Three months postoperative after reconstruction of the first metatarsal bone.

DISCUSSION

Metatarsal defects can be problematic for reasons beyond aesthetic shortcomings, including complications from acquired brachymetatarsia (abnormal shortening of the metatarsal that alters the biomechanics of the foot), metatarsalgia, and malposition of the intermetatarsal angle.[1,2] Although there are a variety of interventions to treat bony defects of the foot,[3,4] Lykoudis et al[5] documented the benefits of 1-stage reconstruction relative to multistage procedures, such as simultaneous bone reconstruction and soft tissue coverage, accelerated bone union, prevention of postoperative bone resorption and collapse, and increased resistance to infection. Thus, indications in this case led to the fibular osteocutaneous flap being the best choice for the bone graft donor site.

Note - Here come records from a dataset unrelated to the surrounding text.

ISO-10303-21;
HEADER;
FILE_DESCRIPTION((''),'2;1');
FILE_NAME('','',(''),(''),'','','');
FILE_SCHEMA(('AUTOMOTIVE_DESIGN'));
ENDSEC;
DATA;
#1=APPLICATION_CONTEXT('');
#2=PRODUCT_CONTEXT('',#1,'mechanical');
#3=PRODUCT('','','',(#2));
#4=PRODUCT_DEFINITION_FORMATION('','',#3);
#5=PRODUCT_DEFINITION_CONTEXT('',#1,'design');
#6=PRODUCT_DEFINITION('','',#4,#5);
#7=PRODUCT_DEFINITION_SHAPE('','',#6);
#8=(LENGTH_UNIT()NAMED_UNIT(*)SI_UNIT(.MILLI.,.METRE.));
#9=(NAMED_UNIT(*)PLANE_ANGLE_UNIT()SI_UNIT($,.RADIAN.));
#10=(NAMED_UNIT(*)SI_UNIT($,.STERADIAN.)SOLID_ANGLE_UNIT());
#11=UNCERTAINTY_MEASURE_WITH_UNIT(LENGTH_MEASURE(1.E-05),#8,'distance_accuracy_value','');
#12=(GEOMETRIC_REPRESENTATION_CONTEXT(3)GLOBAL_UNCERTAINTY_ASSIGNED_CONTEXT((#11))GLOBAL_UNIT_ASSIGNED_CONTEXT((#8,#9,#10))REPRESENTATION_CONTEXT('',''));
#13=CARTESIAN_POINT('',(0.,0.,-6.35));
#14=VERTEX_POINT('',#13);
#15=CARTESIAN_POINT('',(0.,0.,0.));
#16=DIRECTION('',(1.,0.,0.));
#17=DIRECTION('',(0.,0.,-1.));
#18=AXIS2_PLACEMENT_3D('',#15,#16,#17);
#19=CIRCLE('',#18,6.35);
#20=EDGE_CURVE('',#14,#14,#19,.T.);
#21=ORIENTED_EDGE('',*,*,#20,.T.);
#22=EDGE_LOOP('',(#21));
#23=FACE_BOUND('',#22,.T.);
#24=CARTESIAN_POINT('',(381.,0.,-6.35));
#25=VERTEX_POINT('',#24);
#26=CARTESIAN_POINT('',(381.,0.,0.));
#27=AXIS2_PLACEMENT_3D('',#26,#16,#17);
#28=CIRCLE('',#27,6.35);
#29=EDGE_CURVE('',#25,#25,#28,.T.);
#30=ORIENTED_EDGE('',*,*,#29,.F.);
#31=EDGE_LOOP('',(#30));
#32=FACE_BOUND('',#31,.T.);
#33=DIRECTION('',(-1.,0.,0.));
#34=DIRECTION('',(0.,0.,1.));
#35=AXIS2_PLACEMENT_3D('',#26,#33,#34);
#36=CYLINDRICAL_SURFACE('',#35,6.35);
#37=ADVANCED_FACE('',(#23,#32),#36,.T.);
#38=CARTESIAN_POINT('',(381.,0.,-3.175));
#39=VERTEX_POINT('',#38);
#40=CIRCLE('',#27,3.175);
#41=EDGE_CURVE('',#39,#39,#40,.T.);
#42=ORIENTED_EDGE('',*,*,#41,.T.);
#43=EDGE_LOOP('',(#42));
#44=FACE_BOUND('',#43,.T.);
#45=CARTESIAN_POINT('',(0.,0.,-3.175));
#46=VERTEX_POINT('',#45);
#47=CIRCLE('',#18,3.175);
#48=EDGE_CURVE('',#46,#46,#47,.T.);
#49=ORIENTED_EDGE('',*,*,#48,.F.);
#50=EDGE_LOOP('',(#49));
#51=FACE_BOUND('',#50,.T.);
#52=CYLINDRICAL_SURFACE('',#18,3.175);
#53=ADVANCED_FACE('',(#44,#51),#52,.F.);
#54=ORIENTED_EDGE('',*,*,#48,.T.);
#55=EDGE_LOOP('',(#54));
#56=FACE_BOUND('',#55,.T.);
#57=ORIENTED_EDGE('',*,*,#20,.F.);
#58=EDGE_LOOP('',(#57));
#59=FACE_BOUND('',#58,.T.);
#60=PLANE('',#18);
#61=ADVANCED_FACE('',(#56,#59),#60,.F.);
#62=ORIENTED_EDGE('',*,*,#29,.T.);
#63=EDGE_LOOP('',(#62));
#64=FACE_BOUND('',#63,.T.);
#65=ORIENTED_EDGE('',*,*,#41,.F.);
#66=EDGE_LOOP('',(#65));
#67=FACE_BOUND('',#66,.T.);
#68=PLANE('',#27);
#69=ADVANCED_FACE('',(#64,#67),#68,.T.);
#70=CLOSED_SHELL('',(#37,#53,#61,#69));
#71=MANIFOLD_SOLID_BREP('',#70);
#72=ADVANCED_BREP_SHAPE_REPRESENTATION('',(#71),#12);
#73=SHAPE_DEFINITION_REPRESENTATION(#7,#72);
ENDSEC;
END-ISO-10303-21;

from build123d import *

# Parameters (mm, degrees)
SKETCH1_R           = 6.35
BOSS_EXTRUDE1_DEPTH = 381
SKETCH2_R           = 3.175
CUT_EXTRUDE1_DEPTH  = 382


with BuildPart() as part:
    # Sketch1 → Boss-Extrude1 (new body)
    with BuildSketch(Plane(origin=(0, 0, 0), x_dir=(0, 0, -1), z_dir=(1, 0, 0))):
        Circle(SKETCH1_R)
    extrude(amount=BOSS_EXTRUDE1_DEPTH)

    # Sketch2 → Cut-Extrude1 (cut, through all)
    with BuildSketch(Plane(origin=(381, 0, 0), x_dir=(0, 0, -1), z_dir=(1, 0, 0))):
        Circle(SKETCH2_R)
    extrude(amount=-CUT_EXTRUDE1_DEPTH, mode=Mode.SUBTRACT)


solid = part.part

Since the use of the fibular free flap in mandibular reconstruction was first described in 1989 by Hidalgo,[6] it has come to be considered the gold standard for functional and esthetic rehabilitation after oncological surgery in maxillofacial reconstruction.[7] Furthermore, as medical technology has advanced, the popularization and utilization of VSP software in complex craniofacial reconstructions has provided both intraoperative and postoperative benefits.[8,9] As reported by Rodby et al,[10] up to 80% of VSP procedures involved the fibular osteocutaneous flap, and benefits include increased accuracy of reconstruction, ease of use, decreased flap ischemia time and intraoperative time, and overall improved surgical outcomes.

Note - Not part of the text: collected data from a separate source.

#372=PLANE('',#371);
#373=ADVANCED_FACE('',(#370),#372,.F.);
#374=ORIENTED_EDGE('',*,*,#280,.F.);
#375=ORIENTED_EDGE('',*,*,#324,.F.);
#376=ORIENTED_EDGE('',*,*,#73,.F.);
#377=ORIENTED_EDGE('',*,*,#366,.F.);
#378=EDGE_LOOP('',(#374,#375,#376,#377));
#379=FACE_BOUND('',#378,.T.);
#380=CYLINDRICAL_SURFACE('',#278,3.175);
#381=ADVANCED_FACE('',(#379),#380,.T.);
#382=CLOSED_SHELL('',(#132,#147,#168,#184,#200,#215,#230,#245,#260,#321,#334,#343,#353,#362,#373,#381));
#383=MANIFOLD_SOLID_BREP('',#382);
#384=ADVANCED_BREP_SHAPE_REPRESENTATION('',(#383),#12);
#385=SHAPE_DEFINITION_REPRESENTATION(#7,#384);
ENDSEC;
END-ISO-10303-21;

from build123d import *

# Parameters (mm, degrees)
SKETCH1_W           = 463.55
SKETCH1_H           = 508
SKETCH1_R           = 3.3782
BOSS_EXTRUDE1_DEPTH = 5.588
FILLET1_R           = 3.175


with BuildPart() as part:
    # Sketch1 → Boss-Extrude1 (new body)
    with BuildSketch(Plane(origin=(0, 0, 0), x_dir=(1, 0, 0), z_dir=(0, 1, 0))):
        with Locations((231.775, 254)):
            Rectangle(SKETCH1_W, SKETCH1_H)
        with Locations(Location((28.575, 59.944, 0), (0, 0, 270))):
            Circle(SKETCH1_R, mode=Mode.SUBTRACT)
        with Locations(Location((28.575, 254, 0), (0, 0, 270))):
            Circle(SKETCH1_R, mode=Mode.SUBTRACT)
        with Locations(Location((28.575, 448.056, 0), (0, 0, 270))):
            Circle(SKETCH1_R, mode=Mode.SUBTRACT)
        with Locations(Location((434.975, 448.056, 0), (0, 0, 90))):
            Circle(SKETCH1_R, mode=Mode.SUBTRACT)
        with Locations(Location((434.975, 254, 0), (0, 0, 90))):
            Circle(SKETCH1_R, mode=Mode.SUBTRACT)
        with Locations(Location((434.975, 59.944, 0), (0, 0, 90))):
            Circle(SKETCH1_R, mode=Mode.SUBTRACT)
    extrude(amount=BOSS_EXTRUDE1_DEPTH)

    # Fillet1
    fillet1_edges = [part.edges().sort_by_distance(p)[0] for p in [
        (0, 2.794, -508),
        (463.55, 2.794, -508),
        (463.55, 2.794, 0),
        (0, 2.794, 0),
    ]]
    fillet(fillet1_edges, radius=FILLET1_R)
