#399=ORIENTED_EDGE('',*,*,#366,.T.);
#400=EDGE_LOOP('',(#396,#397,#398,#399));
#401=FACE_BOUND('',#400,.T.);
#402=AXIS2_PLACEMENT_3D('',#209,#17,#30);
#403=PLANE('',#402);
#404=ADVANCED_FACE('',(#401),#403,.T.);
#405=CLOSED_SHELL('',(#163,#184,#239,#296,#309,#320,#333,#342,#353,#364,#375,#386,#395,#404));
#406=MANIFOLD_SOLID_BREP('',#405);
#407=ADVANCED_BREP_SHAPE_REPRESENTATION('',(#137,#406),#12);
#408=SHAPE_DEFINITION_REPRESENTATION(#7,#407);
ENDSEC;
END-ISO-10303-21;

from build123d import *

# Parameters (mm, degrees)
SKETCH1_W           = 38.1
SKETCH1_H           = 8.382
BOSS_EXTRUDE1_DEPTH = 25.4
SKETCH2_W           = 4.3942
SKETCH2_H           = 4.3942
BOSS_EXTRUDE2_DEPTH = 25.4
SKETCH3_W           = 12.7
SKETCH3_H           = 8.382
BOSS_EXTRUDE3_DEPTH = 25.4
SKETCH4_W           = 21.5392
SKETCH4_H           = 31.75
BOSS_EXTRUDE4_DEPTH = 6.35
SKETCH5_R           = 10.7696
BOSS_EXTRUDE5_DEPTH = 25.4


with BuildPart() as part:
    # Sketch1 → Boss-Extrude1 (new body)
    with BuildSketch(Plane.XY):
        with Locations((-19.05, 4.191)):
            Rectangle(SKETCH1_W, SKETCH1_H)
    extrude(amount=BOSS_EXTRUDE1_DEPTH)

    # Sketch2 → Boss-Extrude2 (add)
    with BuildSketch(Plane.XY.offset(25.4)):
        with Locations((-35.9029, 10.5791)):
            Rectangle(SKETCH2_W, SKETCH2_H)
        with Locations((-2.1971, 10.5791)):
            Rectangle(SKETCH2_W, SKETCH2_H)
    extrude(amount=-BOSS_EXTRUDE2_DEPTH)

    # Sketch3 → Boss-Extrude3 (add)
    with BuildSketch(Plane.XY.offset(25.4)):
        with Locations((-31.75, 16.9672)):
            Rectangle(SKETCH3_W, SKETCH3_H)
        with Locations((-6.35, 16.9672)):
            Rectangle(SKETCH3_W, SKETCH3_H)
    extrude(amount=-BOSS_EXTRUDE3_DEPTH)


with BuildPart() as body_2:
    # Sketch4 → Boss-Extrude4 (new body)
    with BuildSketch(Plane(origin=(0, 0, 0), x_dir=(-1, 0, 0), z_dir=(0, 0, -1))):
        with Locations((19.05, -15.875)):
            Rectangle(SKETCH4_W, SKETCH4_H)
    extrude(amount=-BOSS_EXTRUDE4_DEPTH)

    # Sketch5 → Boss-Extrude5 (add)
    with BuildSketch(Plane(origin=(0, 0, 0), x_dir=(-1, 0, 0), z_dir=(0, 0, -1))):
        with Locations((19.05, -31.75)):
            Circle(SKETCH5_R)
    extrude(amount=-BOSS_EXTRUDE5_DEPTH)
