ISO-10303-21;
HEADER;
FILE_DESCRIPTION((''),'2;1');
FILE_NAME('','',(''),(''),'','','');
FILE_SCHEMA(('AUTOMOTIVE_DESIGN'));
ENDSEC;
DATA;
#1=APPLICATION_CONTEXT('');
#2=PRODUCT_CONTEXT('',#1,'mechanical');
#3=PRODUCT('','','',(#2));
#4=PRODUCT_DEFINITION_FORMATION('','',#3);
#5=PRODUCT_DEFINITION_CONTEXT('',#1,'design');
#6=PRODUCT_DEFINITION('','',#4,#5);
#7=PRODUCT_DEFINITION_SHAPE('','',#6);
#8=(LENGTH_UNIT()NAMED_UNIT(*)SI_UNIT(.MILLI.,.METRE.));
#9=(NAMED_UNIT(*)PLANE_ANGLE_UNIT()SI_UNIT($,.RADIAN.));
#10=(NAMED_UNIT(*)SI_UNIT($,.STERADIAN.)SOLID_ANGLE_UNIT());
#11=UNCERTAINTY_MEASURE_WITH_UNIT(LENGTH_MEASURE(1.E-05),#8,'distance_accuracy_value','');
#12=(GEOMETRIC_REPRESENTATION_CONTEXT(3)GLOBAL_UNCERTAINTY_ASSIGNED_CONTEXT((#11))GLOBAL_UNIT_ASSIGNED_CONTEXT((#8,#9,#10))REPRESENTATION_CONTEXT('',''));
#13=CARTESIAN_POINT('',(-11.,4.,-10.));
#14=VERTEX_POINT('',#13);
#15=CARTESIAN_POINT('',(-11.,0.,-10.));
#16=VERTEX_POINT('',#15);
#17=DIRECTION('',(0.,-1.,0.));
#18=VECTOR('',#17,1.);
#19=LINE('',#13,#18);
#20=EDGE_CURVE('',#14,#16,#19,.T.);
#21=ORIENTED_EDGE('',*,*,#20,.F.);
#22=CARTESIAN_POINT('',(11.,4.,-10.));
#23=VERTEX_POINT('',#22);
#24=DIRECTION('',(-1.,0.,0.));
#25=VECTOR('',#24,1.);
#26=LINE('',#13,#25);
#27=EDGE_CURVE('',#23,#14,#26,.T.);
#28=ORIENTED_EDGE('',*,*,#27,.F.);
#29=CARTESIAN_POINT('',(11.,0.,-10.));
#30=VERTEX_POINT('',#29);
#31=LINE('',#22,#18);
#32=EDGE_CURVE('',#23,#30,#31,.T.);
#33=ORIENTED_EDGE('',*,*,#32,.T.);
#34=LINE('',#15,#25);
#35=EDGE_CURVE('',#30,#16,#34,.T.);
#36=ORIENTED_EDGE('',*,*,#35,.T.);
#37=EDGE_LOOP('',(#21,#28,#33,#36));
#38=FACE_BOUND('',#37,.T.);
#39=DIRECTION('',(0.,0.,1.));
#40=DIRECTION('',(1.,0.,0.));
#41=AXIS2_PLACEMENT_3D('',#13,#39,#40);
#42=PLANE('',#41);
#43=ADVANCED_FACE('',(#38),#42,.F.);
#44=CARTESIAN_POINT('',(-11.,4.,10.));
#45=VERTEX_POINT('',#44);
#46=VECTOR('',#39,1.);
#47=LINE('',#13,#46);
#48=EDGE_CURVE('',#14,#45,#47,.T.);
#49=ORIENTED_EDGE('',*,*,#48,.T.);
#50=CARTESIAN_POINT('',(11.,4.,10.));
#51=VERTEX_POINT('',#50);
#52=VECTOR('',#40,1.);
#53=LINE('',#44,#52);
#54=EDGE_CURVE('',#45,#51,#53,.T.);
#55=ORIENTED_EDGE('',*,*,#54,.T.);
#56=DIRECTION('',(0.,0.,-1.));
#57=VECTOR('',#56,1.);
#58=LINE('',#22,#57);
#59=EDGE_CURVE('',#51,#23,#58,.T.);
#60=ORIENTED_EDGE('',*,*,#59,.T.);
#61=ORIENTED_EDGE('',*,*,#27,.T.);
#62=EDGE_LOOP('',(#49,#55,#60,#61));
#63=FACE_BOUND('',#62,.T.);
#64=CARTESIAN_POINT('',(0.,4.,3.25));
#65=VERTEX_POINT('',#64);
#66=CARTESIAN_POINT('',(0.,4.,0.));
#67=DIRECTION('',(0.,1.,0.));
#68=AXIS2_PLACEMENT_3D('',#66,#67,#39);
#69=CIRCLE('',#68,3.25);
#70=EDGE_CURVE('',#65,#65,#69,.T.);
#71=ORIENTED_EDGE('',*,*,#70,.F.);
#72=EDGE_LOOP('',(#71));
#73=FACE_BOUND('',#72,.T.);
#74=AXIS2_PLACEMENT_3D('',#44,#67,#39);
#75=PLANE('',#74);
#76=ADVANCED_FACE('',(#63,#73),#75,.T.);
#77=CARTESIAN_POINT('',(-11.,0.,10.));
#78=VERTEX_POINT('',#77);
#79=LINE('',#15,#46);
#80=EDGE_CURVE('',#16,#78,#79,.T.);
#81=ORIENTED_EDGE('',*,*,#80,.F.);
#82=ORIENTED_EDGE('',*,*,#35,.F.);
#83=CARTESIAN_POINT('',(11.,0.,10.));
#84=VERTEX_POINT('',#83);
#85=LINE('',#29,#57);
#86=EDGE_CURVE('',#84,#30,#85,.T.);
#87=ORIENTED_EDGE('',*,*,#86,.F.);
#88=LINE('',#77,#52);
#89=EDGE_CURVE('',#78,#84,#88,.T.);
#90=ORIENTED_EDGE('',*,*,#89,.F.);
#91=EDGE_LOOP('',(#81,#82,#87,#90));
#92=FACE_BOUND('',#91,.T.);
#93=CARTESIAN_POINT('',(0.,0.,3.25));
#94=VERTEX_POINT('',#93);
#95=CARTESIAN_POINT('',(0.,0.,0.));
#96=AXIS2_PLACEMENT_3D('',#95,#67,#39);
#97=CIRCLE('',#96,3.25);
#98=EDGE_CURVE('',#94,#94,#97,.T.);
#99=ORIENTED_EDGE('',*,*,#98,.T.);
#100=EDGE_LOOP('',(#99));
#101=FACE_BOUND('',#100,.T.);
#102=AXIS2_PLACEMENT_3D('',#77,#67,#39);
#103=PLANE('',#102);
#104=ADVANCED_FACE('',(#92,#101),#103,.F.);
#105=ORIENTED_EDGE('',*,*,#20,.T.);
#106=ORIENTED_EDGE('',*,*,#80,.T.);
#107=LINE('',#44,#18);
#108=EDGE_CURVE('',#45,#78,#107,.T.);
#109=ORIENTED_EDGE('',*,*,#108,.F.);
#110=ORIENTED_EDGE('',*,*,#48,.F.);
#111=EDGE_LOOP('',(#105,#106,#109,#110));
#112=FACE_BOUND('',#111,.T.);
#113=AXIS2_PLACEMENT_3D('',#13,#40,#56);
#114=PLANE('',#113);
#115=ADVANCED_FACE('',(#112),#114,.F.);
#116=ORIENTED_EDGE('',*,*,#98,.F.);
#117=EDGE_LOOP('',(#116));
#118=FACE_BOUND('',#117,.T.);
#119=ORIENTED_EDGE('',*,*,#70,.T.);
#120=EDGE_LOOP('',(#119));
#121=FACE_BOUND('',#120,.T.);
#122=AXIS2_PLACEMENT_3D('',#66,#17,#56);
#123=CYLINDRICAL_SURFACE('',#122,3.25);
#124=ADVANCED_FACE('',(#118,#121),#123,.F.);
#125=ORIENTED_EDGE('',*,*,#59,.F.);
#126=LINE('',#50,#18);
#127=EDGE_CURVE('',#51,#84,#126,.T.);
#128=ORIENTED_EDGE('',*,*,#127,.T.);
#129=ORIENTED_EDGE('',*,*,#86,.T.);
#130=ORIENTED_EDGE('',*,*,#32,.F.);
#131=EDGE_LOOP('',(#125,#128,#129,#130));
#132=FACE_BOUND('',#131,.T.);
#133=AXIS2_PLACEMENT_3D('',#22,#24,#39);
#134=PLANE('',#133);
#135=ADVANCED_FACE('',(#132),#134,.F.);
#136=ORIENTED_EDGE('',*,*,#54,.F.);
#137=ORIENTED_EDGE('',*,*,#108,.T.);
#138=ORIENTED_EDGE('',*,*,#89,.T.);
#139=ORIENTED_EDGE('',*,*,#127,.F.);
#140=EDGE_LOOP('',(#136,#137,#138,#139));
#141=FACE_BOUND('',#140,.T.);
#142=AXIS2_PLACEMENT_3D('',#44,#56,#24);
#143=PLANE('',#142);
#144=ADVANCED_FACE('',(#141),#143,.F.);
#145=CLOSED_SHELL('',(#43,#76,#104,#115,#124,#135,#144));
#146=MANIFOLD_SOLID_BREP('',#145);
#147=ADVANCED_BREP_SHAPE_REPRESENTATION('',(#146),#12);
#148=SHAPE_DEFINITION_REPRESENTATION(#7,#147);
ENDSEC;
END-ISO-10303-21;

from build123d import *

# Parameters (mm, degrees)
ESQUISSE2_W        = 22
ESQUISSE2_H        = 20
ESQUISSE2_R        = 3.25
BOSS_EXTRU_1_DEPTH = 4


with BuildPart() as part:
    # Esquisse2 → Boss.-Extru.1 (new body)
    with BuildSketch(Plane(origin=(0, 0, 0), x_dir=(1, 0, 0), z_dir=(0, 1, 0))):
        Rectangle(ESQUISSE2_W, ESQUISSE2_H)
        Circle(ESQUISSE2_R, mode=Mode.SUBTRACT)
    extrude(amount=BOSS_EXTRU_1_DEPTH)


solid = part.part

By combining VSP technology and its associated benefits along with the utilization of a 1-stage reconstruction involving the fibular free flap, we believe that functional and structural stability of the reconstructed foot has been achieved along with optimal aesthetic results.

CONCLUSION

We believe that the use of the fibular osteocutaneous free flap in combination with VSP technology for reconstruction of complex midfoot defects provides improved functional and aesthetic outcomes while reducing the possibility of surgical error, flap ischemia time, flap rejection, and postoperative infection. To the best of our knowledge, our case is the first report to utilize VSP in a reconstruction of this scope.